All of the records should come back exactly as written.

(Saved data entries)
-------

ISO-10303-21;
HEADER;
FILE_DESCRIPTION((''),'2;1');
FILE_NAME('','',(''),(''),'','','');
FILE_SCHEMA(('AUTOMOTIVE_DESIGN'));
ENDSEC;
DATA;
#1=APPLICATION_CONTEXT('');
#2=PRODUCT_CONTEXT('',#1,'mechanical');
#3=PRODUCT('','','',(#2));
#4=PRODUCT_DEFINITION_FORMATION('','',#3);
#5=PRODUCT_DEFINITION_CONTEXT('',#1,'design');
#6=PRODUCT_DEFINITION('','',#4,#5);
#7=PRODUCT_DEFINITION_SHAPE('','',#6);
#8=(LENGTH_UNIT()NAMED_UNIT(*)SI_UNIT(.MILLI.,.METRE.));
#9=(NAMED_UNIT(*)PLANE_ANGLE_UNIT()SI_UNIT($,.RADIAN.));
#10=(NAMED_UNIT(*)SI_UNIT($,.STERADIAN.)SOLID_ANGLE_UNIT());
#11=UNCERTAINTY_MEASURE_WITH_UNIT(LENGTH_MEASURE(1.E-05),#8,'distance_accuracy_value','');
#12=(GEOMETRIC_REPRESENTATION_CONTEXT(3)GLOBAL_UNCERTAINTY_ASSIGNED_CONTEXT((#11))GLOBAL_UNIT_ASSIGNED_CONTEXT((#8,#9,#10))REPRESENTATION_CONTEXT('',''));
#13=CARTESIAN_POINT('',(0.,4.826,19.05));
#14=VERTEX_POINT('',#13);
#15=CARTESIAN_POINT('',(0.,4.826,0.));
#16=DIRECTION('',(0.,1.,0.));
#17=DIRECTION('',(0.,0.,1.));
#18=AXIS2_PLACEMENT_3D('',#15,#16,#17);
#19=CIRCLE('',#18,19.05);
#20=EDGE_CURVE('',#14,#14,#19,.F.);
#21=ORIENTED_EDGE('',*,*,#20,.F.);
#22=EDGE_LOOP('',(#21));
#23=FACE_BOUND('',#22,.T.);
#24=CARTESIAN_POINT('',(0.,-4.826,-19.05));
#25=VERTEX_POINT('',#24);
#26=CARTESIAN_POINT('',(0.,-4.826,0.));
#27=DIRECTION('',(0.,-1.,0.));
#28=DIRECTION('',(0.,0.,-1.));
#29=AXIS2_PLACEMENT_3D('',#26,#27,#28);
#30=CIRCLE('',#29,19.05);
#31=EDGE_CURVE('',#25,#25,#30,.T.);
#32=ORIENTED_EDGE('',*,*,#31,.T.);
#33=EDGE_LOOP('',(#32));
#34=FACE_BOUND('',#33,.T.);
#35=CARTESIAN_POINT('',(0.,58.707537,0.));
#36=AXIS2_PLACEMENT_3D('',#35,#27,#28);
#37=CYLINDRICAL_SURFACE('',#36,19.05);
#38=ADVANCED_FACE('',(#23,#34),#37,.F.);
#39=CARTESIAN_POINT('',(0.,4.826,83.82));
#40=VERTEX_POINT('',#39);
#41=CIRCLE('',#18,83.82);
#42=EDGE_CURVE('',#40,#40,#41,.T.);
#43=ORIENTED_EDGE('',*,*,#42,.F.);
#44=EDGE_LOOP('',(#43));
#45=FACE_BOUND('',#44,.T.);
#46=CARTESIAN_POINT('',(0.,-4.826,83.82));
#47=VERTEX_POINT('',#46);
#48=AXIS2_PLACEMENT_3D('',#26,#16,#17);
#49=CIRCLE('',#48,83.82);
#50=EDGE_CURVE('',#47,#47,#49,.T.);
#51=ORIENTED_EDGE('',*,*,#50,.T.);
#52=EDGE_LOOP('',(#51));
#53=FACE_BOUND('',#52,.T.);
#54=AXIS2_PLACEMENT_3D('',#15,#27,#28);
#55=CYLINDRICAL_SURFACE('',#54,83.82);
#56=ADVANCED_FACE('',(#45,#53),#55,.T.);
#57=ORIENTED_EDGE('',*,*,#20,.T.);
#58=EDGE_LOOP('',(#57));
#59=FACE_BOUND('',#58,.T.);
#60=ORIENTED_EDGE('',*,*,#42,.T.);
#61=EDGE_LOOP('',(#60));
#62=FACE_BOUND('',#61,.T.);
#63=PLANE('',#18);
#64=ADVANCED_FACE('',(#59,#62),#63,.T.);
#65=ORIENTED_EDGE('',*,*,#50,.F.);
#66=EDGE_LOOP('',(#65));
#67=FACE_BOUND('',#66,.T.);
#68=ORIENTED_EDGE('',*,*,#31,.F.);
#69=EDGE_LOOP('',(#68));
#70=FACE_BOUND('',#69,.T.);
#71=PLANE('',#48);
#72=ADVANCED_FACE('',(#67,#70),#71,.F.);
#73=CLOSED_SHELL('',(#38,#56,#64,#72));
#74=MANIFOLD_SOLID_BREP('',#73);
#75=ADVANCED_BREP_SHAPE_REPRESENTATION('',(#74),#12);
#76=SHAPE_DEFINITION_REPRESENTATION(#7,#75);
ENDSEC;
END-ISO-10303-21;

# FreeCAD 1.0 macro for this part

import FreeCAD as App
import Part
import Sketcher
from FreeCAD import Vector
Q = App.Units.Quantity

doc = App.newDocument("Part")
body = doc.addObject("PartDesign::Body", "Body")

# Sketch on XZ plane
sketch1 = body.newObject("Sketcher::SketchObject", "Sketch")
sketch1.AttachmentSupport = (doc.getObject("XZ_Plane"), [""])
sketch1.MapMode = "FlatFace"
sketch1.addGeometry(Part.Circle(Vector(0, 0, 0), Vector(0, 0, 1), 83.82), False)
sketch1.addConstraint(Sketcher.Constraint("Coincident", 0, 3, -1, 1))
sketch1.addConstraint(Sketcher.Constraint("Diameter", 0, Q("6.6 in")))
pad1 = body.newObject("PartDesign::Pad", "Pad")
pad1.Profile = sketch1
pad1.Length = Q("0.38 in")
pad1.Midplane = True

# Sketch on XZ plane
sketch2 = body.newObject("Sketcher::SketchObject", "Sketch001")
sketch2.AttachmentSupport = (doc.getObject("XZ_Plane"), [""])
sketch2.MapMode = "FlatFace"
sketch2.AttachmentOffset = App.Placement(Vector(0, 0, 0.19 * 25.4), App.Rotation())
sketch2.addGeometry(Part.Circle(Vector(0, 0, 0), Vector(0, 0, 1), 19.05), False)
sketch2.addConstraint(Sketcher.Constraint("Coincident", 0, 3, -1, 1))
sketch2.addConstraint(Sketcher.Constraint("Diameter", 0, Q("1.5 in")))
pocket1 = body.newObject("PartDesign::Pocket", "Pocket")
pocket1.Profile = sketch2
pocket1.Length = Q("0.38 in")

doc.recompute()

-------

## EXPECTED ANSWER
ISO-10303-21;
HEADER;
FILE_DESCRIPTION((''),'2;1');
FILE_NAME('','',(''),(''),'','','');
FILE_SCHEMA(('AUTOMOTIVE_DESIGN'));
ENDSEC;
DATA;
#1=APPLICATION_CONTEXT('');
#2=PRODUCT_CONTEXT('',#1,'mechanical');
#3=PRODUCT('','','',(#2));
#4=PRODUCT_DEFINITION_FORMATION('','',#3);
#5=PRODUCT_DEFINITION_CONTEXT('',#1,'design');
#6=PRODUCT_DEFINITION('','',#4,#5);
#7=PRODUCT_DEFINITION_SHAPE('','',#6);
#8=(LENGTH_UNIT()NAMED_UNIT(*)SI_UNIT(.MILLI.,.METRE.));
#9=(NAMED_UNIT(*)PLANE_ANGLE_UNIT()SI_UNIT($,.RADIAN.));
#10=(NAMED_UNIT(*)SI_UNIT($,.STERADIAN.)SOLID_ANGLE_UNIT());
#11=UNCERTAINTY_MEASURE_WITH_UNIT(LENGTH_MEASURE(1.E-05),#8,'distance_accuracy_value','');
#12=(GEOMETRIC_REPRESENTATION_CONTEXT(3)GLOBAL_UNCERTAINTY_ASSIGNED_CONTEXT((#11))GLOBAL_UNIT_ASSIGNED_CONTEXT((#8,#9,#10))REPRESENTATION_CONTEXT('',''));
#13=CARTESIAN_POINT('',(0.,4.826,19.05));
#14=VERTEX_POINT('',#13);
#15=CARTESIAN_POINT('',(0.,4.826,0.));
#16=DIRECTION('',(0.,1.,0.));
#17=DIRECTION('',(0.,0.,1.));
#18=AXIS2_PLACEMENT_3D('',#15,#16,#17);
#19=CIRCLE('',#18,19.05);
#20=EDGE_CURVE('',#14,#14,#19,.F.);
#21=ORIENTED_EDGE('',*,*,#20,.F.);
#22=EDGE_LOOP('',(#21));
#23=FACE_BOUND('',#22,.T.);
#24=CARTESIAN_POINT('',(0.,-4.826,-19.05));
#25=VERTEX_POINT('',#24);
#26=CARTESIAN_POINT('',(0.,-4.826,0.));
#27=DIRECTION('',(0.,-1.,0.));
#28=DIRECTION('',(0.,0.,-1.));
#29=AXIS2_PLACEMENT_3D('',#26,#27,#28);
#30=CIRCLE('',#29,19.05);
#31=EDGE_CURVE('',#25,#25,#30,.T.);
#32=ORIENTED_EDGE('',*,*,#31,.T.);
#33=EDGE_LOOP('',(#32));
#34=FACE_BOUND('',#33,.T.);
#35=CARTESIAN_POINT('',(0.,58.707537,0.));
#36=AXIS2_PLACEMENT_3D('',#35,#27,#28);
#37=CYLINDRICAL_SURFACE('',#36,19.05);
#38=ADVANCED_FACE('',(#23,#34),#37,.F.);
#39=CARTESIAN_POINT('',(0.,4.826,83.82));
#40=VERTEX_POINT('',#39);
#41=CIRCLE('',#18,83.82);
#42=EDGE_CURVE('',#40,#40,#41,.T.);
#43=ORIENTED_EDGE('',*,*,#42,.F.);
#44=EDGE_LOOP('',(#43));
#45=FACE_BOUND('',#44,.T.);
#46=CARTESIAN_POINT('',(0.,-4.826,83.82));
#47=VERTEX_POINT('',#46);
#48=AXIS2_PLACEMENT_3D('',#26,#16,#17);
#49=CIRCLE('',#48,83.82);
#50=EDGE_CURVE('',#47,#47,#49,.T.);
#51=ORIENTED_EDGE('',*,*,#50,.T.);
#52=EDGE_LOOP('',(#51));
#53=FACE_BOUND('',#52,.T.);
#54=AXIS2_PLACEMENT_3D('',#15,#27,#28);
#55=CYLINDRICAL_SURFACE('',#54,83.82);
#56=ADVANCED_FACE('',(#45,#53),#55,.T.);
#57=ORIENTED_EDGE('',*,*,#20,.T.);
#58=EDGE_LOOP('',(#57));
#59=FACE_BOUND('',#58,.T.);
#60=ORIENTED_EDGE('',*,*,#42,.T.);
#61=EDGE_LOOP('',(#60));
#62=FACE_BOUND('',#61,.T.);
#63=PLANE('',#18);
#64=ADVANCED_FACE('',(#59,#62),#63,.T.);
#65=ORIENTED_EDGE('',*,*,#50,.F.);
#66=EDGE_LOOP('',(#65));
#67=FACE_BOUND('',#66,.T.);
#68=ORIENTED_EDGE('',*,*,#31,.F.);
#69=EDGE_LOOP('',(#68));
#70=FACE_BOUND('',#69,.T.);
#71=PLANE('',#48);
#72=ADVANCED_FACE('',(#67,#70),#71,.F.);
#73=CLOSED_SHELL('',(#38,#56,#64,#72));
#74=MANIFOLD_SOLID_BREP('',#73);
#75=ADVANCED_BREP_SHAPE_REPRESENTATION('',(#74),#12);
#76=SHAPE_DEFINITION_REPRESENTATION(#7,#75);
ENDSEC;
END-ISO-10303-21;

# FreeCAD 1.0 macro for this part

import FreeCAD as App
import Part
import Sketcher
from FreeCAD import Vector
Q = App.Units.Quantity

doc = App.newDocument("Part")
body = doc.addObject("PartDesign::Body", "Body")

# Sketch on XZ plane
sketch1 = body.newObject("Sketcher::SketchObject", "Sketch")
sketch1.AttachmentSupport = (doc.getObject("XZ_Plane"), [""])
sketch1.MapMode = "FlatFace"
sketch1.addGeometry(Part.Circle(Vector(0, 0, 0), Vector(0, 0, 1), 83.82), False)
sketch1.addConstraint(Sketcher.Constraint("Coincident", 0, 3, -1, 1))
sketch1.addConstraint(Sketcher.Constraint("Diameter", 0, Q("6.6 in")))
pad1 = body.newObject("PartDesign::Pad", "Pad")
pad1.Profile = sketch1
pad1.Length = Q("0.38 in")
pad1.Midplane = True

# Sketch on XZ plane
sketch2 = body.newObject("Sketcher::SketchObject", "Sketch001")
sketch2.AttachmentSupport = (doc.getObject("XZ_Plane"), [""])
sketch2.MapMode = "FlatFace"
sketch2.AttachmentOffset = App.Placement(Vector(0, 0, 0.19 * 25.4), App.Rotation())
sketch2.addGeometry(Part.Circle(Vector(0, 0, 0), Vector(0, 0, 1), 19.05), False)
sketch2.addConstraint(Sketcher.Constraint("Coincident", 0, 3, -1, 1))
sketch2.addConstraint(Sketcher.Constraint("Diameter", 0, Q("1.5 in")))
pocket1 = body.newObject("PartDesign::Pocket", "Pocket")
pocket1.Profile = sketch2
pocket1.Length = Q("0.38 in")

doc.recompute()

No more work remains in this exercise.